But after all, will it help me to beseech you?  The thing I honor in you is your desire to be right—­and I know that you will act toward me as your sense of right prompts you.  You will act toward me as you feel you must do, to be true.  Yes, be true to yourself, please; I am happy to trust in yourself so.  If you believe that I will mar your life, I do not wish to go I with you.  I do not know why, but I feel that something has come to me to prevent my despair from returning; I shall take care of my soul—­there must be something for me in this life.  I have a feeling that perhaps you will think I am writing this last mute acceptance of your will, without knowing what I am doing.  But I know that I shall struggle without you, I shall not die.

And I wish that you would do one thing—­see me as soon as you can; let it be early in the morning, and it shall be decided on that day whether I am to marry you or not.  I shall leave you, not to see you again—­or knowing that I am to be your wife.  I am sick unto death of fuming and sighing, tears and fears.

What will you do, Thyrsis?  I cannot write any more.

I unfold the letter again. What, in the name of God, are you going to do?

BOOK IV

THE VICTIM APPROACHES

A silence had fallen upon them.  She sat watching where the light of the sun flickered among the birches; and he had the book in his hand, and was turning the pages idly.  He read—­

   “I know these slopes; who knows them if not I?”

And she smiled, and quoted in return—­

   “Here cam’st thou in thy jocund youthful time,
    Here was thine height of strength, thy golden prime! 
    And still the haunt beloved a virtue yields.”

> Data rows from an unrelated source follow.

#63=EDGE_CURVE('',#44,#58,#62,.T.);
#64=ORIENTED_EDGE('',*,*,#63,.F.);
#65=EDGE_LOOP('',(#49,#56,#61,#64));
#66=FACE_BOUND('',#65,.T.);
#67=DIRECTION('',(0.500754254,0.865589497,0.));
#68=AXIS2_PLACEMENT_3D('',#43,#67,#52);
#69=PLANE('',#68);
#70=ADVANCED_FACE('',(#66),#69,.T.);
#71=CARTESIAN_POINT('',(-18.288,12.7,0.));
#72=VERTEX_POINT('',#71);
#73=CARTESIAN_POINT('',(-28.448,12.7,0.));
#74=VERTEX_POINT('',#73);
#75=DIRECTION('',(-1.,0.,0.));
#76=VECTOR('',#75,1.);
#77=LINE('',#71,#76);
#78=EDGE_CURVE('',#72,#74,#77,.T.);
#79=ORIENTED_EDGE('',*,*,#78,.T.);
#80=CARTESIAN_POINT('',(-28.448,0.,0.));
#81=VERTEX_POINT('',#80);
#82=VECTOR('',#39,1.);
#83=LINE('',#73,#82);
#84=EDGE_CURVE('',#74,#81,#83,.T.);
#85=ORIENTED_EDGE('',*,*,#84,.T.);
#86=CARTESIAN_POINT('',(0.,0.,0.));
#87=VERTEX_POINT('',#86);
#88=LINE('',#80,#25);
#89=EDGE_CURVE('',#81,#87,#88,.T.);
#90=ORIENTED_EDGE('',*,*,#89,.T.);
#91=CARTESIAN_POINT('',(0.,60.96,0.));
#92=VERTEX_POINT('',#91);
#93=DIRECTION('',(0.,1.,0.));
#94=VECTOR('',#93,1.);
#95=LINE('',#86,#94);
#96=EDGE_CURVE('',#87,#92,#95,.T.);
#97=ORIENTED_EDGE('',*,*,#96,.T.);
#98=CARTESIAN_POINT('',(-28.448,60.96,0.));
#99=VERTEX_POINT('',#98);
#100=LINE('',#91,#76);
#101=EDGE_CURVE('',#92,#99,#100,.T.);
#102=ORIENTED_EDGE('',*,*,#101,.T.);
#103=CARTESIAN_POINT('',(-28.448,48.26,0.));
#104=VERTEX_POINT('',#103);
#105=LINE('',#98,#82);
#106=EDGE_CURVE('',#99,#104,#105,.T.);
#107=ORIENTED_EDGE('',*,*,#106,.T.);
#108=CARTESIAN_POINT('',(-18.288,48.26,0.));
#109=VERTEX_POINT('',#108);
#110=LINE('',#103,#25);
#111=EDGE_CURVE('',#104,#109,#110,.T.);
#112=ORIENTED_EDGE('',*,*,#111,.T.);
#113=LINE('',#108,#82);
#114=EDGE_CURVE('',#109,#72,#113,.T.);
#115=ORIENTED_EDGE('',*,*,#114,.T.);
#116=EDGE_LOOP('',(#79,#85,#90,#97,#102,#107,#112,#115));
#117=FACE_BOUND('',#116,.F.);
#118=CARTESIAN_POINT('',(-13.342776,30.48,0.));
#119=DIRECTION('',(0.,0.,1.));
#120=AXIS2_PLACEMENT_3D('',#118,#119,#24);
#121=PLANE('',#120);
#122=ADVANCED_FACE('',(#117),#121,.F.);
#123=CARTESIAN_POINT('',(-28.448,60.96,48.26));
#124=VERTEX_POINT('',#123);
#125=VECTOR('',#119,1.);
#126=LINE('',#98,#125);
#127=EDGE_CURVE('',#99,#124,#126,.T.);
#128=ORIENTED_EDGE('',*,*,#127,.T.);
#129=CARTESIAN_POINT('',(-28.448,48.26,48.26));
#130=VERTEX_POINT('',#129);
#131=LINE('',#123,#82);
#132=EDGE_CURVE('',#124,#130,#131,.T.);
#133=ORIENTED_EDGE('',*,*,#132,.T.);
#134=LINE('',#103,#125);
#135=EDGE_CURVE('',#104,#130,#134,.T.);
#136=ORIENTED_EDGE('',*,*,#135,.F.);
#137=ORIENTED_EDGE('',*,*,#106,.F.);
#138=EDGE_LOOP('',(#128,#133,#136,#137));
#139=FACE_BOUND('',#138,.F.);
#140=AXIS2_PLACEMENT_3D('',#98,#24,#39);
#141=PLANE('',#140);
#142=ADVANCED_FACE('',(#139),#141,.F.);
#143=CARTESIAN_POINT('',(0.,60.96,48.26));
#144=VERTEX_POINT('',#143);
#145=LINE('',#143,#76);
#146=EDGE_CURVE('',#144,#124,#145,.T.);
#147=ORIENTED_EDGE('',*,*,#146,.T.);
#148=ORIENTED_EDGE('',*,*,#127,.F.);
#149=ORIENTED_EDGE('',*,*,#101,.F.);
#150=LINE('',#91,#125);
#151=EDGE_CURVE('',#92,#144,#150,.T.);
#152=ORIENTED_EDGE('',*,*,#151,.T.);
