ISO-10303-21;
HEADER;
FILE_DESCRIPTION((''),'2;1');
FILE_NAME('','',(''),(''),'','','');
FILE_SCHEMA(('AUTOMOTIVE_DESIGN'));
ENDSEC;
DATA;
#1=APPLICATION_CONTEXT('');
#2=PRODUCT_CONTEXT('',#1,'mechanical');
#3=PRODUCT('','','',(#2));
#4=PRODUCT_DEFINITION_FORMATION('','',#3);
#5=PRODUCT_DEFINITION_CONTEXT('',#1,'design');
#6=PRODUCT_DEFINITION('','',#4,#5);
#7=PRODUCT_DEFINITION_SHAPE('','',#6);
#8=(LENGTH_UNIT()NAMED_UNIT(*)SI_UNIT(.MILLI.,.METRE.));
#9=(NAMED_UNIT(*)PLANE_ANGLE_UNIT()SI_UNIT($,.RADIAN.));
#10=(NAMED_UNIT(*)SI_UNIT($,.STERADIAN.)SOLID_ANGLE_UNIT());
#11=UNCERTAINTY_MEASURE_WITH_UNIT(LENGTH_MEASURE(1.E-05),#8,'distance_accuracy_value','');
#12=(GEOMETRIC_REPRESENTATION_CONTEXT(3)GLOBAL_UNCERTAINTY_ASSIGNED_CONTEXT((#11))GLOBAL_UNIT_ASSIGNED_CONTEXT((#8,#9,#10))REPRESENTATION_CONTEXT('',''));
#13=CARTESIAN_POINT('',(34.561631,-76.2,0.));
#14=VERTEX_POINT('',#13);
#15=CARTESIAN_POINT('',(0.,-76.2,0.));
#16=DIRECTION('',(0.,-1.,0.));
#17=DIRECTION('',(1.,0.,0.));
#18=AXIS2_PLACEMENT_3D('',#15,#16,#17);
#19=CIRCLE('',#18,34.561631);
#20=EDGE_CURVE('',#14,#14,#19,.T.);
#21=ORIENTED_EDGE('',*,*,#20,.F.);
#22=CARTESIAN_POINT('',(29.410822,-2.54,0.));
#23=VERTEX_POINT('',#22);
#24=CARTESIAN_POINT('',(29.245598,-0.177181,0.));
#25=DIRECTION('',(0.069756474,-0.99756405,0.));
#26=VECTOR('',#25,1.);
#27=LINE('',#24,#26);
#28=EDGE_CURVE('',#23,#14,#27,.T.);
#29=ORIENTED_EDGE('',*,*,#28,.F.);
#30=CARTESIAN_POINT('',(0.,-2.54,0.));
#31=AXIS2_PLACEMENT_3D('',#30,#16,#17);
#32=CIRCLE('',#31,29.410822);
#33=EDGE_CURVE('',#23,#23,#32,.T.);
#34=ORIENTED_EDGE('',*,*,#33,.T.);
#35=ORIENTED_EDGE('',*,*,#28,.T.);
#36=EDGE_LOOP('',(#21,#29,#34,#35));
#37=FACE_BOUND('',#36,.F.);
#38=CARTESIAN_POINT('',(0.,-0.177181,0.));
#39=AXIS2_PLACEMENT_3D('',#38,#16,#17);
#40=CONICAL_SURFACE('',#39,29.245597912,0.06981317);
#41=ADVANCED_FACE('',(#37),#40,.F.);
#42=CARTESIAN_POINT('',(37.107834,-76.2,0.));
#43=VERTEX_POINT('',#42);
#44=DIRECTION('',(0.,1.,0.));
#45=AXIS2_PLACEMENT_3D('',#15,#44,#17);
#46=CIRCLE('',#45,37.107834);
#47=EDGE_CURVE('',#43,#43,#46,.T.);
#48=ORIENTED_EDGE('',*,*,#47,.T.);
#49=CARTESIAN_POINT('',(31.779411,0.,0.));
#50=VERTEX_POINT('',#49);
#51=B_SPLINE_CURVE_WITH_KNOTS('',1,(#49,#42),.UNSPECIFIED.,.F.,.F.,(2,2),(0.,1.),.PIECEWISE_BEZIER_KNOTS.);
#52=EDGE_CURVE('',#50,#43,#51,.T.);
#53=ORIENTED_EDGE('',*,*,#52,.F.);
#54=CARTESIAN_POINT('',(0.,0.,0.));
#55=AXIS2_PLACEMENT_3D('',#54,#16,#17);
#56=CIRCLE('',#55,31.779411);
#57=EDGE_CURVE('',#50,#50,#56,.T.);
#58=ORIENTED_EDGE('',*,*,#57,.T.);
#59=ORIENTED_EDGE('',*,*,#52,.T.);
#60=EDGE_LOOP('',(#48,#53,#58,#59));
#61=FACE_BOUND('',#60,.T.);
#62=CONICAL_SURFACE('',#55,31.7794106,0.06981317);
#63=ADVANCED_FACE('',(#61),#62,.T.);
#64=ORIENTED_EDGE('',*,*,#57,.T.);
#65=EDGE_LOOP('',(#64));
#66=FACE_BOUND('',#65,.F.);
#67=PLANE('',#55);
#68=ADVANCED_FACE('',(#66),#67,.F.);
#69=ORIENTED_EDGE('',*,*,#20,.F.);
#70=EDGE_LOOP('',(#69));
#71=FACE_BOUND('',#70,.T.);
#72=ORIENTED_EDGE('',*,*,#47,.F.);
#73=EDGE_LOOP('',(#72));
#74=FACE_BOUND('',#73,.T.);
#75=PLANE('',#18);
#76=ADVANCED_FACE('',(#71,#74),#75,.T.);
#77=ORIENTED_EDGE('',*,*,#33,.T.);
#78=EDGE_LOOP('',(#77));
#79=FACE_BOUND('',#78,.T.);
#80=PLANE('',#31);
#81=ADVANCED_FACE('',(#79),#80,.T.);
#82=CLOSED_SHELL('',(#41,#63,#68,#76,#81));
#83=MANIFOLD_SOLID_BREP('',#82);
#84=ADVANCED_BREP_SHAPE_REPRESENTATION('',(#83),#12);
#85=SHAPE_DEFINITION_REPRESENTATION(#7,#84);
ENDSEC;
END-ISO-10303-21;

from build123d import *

# Parameters (mm, degrees)
F0_R     = 31.7794105997
F2_DEPTH = 76.2
F2_TAPER = -4
F3_T     = -2.54


with BuildPart() as f2:
    # F0 (on Front) → F2 (new body)
    with BuildSketch(Plane.XZ):
        Circle(F0_R)
    extrude(amount=F2_DEPTH, taper=F2_TAPER)

    # F3
    f3_openings = [f2.faces().sort_by_distance(p)[0] for p in [
        (0, -76.2, 0),
    ]]
    offset(amount=F3_T, openings=f3_openings, kind=Kind.INTERSECTION)


solid = f2.part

Section 1.  It was early one November afternoon, in his cabin in the forest, that Thyrsis wrote the last of his minstrel’s songs.  He had not been able to tell when it would come to him, so he had made no preparations; but when the last word was on the paper, he sprang to his feet, and strode through the snow-clad forest to the nearest farm-house.  The farmer came with a wagon, and Thyrsis bundled all his belongings into his trunk, and took the night-train for the city.

He came like a young god, radiant and clothed in glory.  All the creatures of his dreams were awake within him, all his demons and his muses; he had but to call them and they answered.  There was a sound of trumpets and harps in his soul all day; he was like a man half walking, half running, in the midst of a great storm of wind.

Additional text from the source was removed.